VICTORY: Commemoration without his name or his flower

Last night I saw confirmation of the rumours that the Colston Girls School annual commemoration will drop all mention of Slave Trader Edward Colston and his favourite flower.

This comes after 2 years of campaigning by Countering Colston.  It has particular importance to me as an ex student with memories of Commemoration held first Friday of November.  At first it was simply half a day off school, the wearing of a stupid hat and the hassle of finding a bronze Chrysanthemum  and I actually enjoyed singing the Te Deum!  Well as I grew I  understood more that as a person of Jamaican descent I should not be giving thanks to this man.  When I began to challenge and question I was shut down – WE HAD NO EDUCATION EVER ON WHAT EC HAD BEEN INVOLVED IN.  The scars stayed with me for a longtime and after leaving school in 1998 it was only in 2015 that I attended Commemoration as ‘an old girl’ in protest and as an observer.

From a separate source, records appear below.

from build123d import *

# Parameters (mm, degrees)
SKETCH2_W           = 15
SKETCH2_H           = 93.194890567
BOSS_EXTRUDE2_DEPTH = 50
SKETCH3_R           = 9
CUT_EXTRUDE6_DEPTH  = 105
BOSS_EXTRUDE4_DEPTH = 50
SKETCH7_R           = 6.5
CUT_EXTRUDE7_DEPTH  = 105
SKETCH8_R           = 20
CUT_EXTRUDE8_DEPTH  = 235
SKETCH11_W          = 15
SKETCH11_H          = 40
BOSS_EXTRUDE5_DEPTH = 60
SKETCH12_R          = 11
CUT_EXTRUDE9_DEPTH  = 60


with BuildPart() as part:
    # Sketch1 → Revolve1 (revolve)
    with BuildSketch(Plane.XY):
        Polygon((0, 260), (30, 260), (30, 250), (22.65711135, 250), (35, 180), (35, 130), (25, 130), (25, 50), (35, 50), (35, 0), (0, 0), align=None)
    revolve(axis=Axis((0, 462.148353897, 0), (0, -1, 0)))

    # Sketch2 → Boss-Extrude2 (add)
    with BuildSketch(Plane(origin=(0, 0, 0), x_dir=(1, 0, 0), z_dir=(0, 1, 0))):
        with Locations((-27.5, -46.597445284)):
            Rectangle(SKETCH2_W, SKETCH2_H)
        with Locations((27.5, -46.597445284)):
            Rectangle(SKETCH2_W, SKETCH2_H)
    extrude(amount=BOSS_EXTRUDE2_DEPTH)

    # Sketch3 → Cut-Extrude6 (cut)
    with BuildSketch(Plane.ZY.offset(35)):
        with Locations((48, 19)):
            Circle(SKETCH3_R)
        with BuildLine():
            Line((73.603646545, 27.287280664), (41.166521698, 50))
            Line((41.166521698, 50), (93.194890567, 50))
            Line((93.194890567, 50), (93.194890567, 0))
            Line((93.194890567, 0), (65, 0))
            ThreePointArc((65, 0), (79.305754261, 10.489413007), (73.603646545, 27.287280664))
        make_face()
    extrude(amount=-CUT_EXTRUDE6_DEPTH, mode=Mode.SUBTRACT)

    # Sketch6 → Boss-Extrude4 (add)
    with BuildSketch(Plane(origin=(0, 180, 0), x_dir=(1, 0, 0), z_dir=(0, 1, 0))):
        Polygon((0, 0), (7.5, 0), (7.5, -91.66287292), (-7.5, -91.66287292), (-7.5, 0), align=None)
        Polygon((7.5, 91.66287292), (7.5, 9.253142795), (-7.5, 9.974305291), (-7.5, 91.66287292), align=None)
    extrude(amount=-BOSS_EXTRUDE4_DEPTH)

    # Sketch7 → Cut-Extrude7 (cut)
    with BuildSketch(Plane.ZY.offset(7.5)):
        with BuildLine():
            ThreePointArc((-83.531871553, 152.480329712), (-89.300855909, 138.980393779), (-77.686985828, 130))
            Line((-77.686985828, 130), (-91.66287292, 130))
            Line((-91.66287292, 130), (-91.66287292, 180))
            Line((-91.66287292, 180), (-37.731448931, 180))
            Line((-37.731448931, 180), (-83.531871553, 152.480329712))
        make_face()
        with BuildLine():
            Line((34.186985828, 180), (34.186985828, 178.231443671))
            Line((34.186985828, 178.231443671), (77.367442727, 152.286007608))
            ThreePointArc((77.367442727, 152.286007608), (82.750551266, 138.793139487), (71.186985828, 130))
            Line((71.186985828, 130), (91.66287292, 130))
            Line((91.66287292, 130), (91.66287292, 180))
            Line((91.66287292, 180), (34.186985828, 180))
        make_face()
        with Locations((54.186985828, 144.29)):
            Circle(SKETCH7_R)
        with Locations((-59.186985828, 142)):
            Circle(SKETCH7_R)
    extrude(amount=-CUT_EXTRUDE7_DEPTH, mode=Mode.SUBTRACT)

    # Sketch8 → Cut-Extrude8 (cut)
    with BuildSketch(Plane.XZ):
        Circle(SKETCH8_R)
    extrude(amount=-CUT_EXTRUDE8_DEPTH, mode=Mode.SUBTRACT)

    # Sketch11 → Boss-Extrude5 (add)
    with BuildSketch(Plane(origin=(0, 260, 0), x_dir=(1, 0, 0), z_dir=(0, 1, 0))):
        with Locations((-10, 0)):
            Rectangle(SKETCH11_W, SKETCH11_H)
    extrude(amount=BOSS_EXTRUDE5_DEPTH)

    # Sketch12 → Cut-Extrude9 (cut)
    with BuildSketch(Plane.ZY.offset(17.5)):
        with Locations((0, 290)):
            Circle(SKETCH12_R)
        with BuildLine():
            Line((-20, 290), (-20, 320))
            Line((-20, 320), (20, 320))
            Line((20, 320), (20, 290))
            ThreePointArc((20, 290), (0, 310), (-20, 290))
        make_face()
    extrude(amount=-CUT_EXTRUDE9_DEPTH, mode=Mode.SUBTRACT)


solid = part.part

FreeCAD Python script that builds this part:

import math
import FreeCAD as App
import Part
import Sketcher
Q = App.Units.Quantity

doc = App.newDocument("Part")
params = doc.addObject("Spreadsheet::Sheet", "Params")
for row, (alias, value) in enumerate([
    ("sketch1_width", "30 mm"),
    ("sketch1_width2", "35 mm"),
    ("sketch1_width3", "10 mm"),
    ("sketch1_height", "260 mm"),
    ("sketch1_height2", "50 mm"),
    ("revolution_angle", "360 deg"),
    ("sketch2_width", "15 mm"),
    ("pad1_length", "50 mm"),
    ("sketch3_diameter", "18 mm"),
    ("sketch3_radius", "15 mm"),
    ("sketch3_width", "50 mm"),
    ("pocket1_length", "105 mm"),
    ("sketch4_width", "15 mm"),
    ("pad2_length", "50 mm"),
    ("sketch5_diameter", "13 mm"),
    ("sketch5_radius", "12 mm"),
    ("sketch5_width", "50 mm"),
    ("pocket2_length", "105 mm"),
    ("sketch6_diameter", "40 mm"),
    ("pocket3_length", "235 mm"),
    ("sketch7_width", "15 mm"),
    ("sketch7_height", "40 mm"),
    ("pad3_length", "60 mm"),
    ("sketch8_diameter", "22 mm"),
    ("sketch8_radius", "20 mm"),
    ("sketch8_width", "30 mm"),
    ("pocket4_length", "60 mm"),
], start=1):
    params.set(f"A{row}", alias)
    params.set(f"B{row}", "=" + value)
    params.setAlias(f"B{row}", alias)

body = doc.addObject("PartDesign::Body", "Body")

# Sketch on XY plane
sketch1 = doc.addObject("Sketcher::SketchObject", "Sketch")
body.addObject(sketch1)
sketch1.AttachmentSupport = (doc.XY_Plane, [""])
sketch1.MapMode = "FlatFace"
sketch1.addGeometry(Part.LineSegment(App.Vector(30, 260, 0), App.Vector(0, 260, 0)), False)
sketch1.addGeometry(Part.LineSegment(App.Vector(0, 260, 0), App.Vector(0, 0, 0)), False)
sketch1.addGeometry(Part.LineSegment(App.Vector(0, 0, 0), App.Vector(35, 0, 0)), False)
sketch1.addGeometry(Part.LineSegment(App.Vector(35, 0, 0), App.Vector(35, 50, 0)), False)
sketch1.addGeometry(Part.LineSegment(App.Vector(35, 50, 0), App.Vector(25, 50, 0)), False)
sketch1.addGeometry(Part.LineSegment(App.Vector(25, 50, 0), App.Vector(25, 130, 0)), False)
sketch1.addGeometry(Part.LineSegment(App.Vector(25, 130, 0), App.Vector(35, 130, 0)), False)
sketch1.addGeometry(Part.LineSegment(App.Vector(35, 130, 0), App.Vector(35, 180, 0)), False)
sketch1.addGeometry(Part.LineSegment(App.Vector(35, 180, 0), App.Vector(23, 250, 0)), False)
sketch1.addGeometry(Part.LineSegment(App.Vector(23, 250, 0), App.Vector(30, 250, 0)), False)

Inspired by recent presentations and conversations by Dr Catherine Hall and Claudia Rankine, I wrote this poem in response to the news which is a draft and personal expression.

 

Name no more 

I am so glad that his name is to be dropped as is his bronze chrysanthemum because I never needed to pluck the petals to know you loved us not,

But to be real I’d also sooner see young whites from nowhere demand that the statue fall

because until then I won’t see that we have actually moved on or gotten over the last hungdreads years wars

Coercion cohesion coercion

So much loss grief sorrow and confusion as anti immigrant and austerity are packaged and peddled out as new endorsements on the deadly agenda

That callous disregard, greed and exploitation effects the many for the few

More people should question their heroes and gods

Spit out the dinner that you were fed on your knees

That toxic soup of fear, difference and beaten out gratitude for their society

They never gave us shit we always had to take it

White man white woman my brothers and sisters in lower classlessness

remember who you were

Was there ever a good old day ?

You boiled a stone

Attended mass for bread

Took the starver bun with lowered eyes then back to : as we were

On their plantation of capitalism

Working to death and left only with debt, cancer or obesity

As defined by a cash crop

Out of Afrika – we are all connected but these last ones in seem adamant to end us all

You started with her                                                                                     

But now that whiteness obscures into

A slum district of the mind

And dehumanises and separates and carves and cuts and leaves so many dead         

When did you die?

You were standing in 1831 and in the Southmead riots but now I don’t see you so tough

That EC thinks he helped to civilise my folks in Jamaica

Jamaica the in between worlds of imagination and conversion

‘Saving us’ from the markets on the continent that Long accounts would have traded in our death as a more valuable commodity than our life                                                     

Seems in stark contrast with the crest of Canynges or the vegan realities, does it not?

What would Queen Scotia of Ireland and Scotland say birthing you as she did from far off lands the daughter of Nephatiti

My electric ginger braids are a tribute to the embers of identity orgasmed out in the heat of a moment of love between all that I am

My universality touches moons on a cycle reclaimed from rape

Rebirthing perhaps the great wrath that is within us as

We call our children back

And yet again forgive the trespass

On this line of no in between there is no middle ground

You are not better than me

Your elitism and greed was a curse pending retribution

I can fantasize about your remorse

But I cannot piss on your grave today

I can hold a toast against you or with you for them

For the millions whose blood have paved these streets and for the duped and subdued amongst us

Who with their lives prop up the ‘yous’                                         

And continue to be drowned on a global scale or murdered as your war fodder

You had your chances: crown clergy lords and politicians

It is time to step aside

Your world ending whiteness

Your fading legacy at last

It will soon be over

And as it was in the beginning so shall it be in the end

A corner turns where we will rise to face the sun, bathe in the moonshine, smell the trees, praise the rivers; hold hands and heal together for out of many we are one and one day you will be out of commemoration and memory.

Responses

  1. Hilary Brown Avatar

    Thank you for this it is wonderfully uplifting. I attended Colton girls school in the 1960s and the hat, te deum and smelly bronze chrysanthemum were enforced then too, we also had scant teaching on the fact that our school had been endowed from slavery…but there was a tension and sense of coercion about the school being on public show each year ….one year I forgot my gloves and was so scared of being told off that I used my bus fare to buy some new ones even though it meant walking six miles home….I am white and in my 70s I’ve been reckoning with the racism of those times in my personal and professional life ever since …trying to make amends at many levels and learning to be a better ally. hb

    Like

    1. cleolakecreativity Avatar

      Dear Hilary, thank you for your comment and for sharing your experience.